Only the lines below between the ones containing "v2 (13,0,10)" and "v6 (7,0,16)", inclusive, are to be reproduced, each exactly as it stands.
Start of Given data
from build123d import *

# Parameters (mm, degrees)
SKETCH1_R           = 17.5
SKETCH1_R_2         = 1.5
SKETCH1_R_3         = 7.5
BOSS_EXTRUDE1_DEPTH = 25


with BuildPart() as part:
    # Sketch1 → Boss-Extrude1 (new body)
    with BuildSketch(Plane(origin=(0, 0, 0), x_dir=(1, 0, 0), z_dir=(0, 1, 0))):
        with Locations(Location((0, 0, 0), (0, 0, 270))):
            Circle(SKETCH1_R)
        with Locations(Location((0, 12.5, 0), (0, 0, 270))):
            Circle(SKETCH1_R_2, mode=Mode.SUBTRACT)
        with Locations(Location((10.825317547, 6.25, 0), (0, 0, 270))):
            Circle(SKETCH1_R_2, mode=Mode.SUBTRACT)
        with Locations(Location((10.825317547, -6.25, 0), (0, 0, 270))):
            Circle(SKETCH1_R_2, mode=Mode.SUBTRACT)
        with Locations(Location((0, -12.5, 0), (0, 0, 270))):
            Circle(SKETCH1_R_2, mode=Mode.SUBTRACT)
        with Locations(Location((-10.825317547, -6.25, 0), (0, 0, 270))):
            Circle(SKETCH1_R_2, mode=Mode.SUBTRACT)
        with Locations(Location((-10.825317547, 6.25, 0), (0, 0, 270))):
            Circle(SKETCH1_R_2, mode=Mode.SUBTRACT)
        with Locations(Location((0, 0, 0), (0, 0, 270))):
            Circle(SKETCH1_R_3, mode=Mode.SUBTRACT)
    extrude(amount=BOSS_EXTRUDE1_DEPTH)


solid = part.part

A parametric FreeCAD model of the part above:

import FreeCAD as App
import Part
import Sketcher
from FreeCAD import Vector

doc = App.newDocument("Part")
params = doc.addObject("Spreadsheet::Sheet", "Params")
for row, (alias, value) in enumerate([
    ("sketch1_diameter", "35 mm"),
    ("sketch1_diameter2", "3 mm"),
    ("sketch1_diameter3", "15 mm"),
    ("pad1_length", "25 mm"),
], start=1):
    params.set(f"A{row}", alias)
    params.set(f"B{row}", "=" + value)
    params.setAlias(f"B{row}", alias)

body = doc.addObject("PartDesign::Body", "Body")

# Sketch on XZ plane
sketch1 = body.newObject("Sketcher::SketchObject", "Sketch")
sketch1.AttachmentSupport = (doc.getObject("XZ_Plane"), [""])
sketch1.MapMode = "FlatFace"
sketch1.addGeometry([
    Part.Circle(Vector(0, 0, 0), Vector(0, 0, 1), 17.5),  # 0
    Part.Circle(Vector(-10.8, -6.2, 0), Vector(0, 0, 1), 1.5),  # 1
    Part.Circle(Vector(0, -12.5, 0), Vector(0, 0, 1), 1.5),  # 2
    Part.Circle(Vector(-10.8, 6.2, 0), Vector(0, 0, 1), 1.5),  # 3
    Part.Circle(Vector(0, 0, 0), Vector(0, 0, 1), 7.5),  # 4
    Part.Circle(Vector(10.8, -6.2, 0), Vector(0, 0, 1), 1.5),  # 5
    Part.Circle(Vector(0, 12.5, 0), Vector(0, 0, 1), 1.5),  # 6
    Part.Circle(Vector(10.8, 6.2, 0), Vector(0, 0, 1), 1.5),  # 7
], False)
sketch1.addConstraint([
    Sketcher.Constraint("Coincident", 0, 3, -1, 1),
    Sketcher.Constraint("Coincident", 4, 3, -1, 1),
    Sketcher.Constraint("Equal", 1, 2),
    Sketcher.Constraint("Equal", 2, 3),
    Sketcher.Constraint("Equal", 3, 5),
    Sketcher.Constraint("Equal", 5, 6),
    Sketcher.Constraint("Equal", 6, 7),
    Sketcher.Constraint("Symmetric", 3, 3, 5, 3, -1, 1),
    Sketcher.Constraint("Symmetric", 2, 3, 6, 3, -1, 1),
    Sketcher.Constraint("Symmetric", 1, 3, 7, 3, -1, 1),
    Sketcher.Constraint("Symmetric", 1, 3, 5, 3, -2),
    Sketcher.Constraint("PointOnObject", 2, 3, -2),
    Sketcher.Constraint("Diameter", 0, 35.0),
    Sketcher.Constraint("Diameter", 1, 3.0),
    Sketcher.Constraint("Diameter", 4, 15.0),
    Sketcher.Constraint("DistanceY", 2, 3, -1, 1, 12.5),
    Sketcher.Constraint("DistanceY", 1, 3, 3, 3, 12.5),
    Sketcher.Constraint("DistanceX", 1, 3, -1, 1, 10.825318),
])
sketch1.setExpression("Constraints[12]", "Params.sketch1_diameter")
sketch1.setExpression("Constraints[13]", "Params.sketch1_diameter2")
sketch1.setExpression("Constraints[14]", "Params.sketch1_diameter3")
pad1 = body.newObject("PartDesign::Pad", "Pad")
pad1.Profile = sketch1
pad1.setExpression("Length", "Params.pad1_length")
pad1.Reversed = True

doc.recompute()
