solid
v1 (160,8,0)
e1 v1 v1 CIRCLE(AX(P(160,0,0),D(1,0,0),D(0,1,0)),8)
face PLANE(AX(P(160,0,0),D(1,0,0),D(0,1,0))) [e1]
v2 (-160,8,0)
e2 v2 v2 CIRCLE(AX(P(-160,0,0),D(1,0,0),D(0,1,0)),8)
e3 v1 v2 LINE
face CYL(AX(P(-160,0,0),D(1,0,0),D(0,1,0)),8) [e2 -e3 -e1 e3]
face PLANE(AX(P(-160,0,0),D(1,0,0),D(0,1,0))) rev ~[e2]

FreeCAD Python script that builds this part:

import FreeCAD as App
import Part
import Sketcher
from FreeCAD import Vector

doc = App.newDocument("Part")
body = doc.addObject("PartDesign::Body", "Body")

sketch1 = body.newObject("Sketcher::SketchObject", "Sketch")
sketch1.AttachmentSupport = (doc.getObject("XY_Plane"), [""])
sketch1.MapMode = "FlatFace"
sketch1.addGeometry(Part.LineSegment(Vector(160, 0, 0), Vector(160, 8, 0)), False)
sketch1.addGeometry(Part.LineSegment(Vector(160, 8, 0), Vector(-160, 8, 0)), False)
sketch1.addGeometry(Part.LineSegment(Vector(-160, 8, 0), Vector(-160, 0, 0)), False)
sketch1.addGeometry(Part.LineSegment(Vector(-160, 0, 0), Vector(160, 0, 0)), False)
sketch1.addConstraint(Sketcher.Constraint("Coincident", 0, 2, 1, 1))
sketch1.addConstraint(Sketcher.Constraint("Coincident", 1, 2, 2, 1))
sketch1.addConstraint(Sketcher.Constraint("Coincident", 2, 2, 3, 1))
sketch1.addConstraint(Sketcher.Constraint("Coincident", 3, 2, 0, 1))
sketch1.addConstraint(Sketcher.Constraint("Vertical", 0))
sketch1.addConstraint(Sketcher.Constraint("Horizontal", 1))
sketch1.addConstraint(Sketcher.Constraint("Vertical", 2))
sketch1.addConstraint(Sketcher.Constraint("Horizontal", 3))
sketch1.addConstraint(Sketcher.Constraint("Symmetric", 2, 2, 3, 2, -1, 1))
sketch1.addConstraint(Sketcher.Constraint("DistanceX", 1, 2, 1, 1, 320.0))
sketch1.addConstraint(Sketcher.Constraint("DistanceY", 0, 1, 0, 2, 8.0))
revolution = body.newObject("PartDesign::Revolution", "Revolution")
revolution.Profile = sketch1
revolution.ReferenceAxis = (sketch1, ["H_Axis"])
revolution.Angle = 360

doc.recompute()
End of Given data
Start of Given data
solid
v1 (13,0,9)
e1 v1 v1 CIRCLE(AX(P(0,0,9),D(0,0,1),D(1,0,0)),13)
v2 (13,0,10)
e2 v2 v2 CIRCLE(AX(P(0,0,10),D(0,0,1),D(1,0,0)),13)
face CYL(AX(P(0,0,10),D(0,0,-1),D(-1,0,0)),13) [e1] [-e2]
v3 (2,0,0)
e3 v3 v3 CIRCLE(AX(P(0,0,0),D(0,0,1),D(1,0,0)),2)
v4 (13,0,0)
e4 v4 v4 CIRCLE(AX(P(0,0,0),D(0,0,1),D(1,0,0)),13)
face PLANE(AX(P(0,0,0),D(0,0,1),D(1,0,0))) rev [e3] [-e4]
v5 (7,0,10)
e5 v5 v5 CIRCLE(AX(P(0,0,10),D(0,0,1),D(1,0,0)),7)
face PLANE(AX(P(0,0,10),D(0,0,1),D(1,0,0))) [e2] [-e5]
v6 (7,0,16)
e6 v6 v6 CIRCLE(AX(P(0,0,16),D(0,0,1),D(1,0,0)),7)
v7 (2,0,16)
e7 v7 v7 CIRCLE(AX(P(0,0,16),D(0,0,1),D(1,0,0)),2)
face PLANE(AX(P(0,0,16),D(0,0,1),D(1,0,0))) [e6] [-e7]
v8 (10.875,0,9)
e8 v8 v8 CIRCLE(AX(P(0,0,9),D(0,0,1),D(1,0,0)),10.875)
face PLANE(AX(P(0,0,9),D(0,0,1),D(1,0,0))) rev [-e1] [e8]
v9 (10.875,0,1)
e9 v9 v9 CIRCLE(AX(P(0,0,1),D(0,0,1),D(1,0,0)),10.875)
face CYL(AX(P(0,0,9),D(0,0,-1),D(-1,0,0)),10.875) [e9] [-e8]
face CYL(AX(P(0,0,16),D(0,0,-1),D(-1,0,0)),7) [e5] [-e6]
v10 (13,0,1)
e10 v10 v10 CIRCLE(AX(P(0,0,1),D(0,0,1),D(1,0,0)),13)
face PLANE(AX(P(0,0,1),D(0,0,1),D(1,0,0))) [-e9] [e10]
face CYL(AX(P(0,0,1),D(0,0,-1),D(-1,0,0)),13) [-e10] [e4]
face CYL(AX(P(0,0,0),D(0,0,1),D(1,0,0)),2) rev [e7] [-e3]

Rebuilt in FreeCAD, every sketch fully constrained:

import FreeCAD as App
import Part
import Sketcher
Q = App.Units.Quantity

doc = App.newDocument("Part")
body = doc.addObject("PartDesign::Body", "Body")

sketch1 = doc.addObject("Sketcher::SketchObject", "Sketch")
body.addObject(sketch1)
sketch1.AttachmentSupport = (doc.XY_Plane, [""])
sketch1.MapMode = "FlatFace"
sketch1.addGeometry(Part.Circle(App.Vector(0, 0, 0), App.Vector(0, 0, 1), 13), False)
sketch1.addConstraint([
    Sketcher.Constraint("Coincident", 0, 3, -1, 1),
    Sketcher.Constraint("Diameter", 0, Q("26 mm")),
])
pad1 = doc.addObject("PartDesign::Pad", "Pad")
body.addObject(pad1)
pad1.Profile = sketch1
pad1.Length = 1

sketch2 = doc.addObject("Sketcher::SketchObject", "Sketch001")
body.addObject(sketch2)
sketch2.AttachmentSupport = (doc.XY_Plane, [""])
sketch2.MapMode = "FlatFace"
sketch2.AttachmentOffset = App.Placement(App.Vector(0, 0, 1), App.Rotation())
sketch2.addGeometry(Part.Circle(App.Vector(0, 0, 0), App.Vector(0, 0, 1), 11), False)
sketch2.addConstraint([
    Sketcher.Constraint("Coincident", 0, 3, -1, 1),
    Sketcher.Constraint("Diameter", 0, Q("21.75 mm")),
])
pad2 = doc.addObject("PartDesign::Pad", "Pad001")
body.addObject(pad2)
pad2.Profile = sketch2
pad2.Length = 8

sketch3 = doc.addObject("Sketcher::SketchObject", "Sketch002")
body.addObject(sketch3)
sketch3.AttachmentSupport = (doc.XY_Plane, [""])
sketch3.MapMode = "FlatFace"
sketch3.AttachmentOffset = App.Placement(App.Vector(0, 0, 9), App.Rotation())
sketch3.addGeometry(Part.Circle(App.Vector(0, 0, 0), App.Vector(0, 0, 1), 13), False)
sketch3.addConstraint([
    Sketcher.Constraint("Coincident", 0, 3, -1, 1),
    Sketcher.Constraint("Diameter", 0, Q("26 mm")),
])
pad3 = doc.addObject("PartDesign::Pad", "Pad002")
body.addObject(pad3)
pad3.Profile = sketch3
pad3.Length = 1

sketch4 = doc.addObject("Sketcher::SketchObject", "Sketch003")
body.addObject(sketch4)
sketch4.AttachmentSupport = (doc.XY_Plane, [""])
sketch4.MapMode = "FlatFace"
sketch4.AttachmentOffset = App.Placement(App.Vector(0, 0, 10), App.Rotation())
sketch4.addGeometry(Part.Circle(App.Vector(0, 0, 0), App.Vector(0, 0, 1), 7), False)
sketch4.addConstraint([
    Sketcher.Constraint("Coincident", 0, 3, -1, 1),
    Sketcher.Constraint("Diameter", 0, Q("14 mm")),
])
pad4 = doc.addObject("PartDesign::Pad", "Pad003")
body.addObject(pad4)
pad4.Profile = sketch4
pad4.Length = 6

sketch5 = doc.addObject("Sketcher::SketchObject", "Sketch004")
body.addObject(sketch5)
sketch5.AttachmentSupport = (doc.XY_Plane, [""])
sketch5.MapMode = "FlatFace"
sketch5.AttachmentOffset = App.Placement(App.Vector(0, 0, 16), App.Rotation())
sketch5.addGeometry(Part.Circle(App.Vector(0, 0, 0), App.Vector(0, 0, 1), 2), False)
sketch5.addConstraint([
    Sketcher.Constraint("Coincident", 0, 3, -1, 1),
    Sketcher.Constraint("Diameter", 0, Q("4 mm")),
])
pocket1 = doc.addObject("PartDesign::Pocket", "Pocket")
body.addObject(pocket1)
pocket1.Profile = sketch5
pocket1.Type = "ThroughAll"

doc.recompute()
End of Given data
__Task response__
v2 (13,0,10)
e2 v2 v2 CIRCLE(AX(P(0,0,10),D(0,0,1),D(1,0,0)),13)
face CYL(AX(P(0,0,10),D(0,0,-1),D(-1,0,0)),13) [e1] [-e2]
v3 (2,0,0)
e3 v3 v3 CIRCLE(AX(P(0,0,0),D(0,0,1),D(1,0,0)),2)
v4 (13,0,0)
e4 v4 v4 CIRCLE(AX(P(0,0,0),D(0,0,1),D(1,0,0)),13)
face PLANE(AX(P(0,0,0),D(0,0,1),D(1,0,0))) rev [e3] [-e4]
v5 (7,0,10)
e5 v5 v5 CIRCLE(AX(P(0,0,10),D(0,0,1),D(1,0,0)),7)
face PLANE(AX(P(0,0,10),D(0,0,1),D(1,0,0))) [e2] [-e5]
v6 (7,0,16)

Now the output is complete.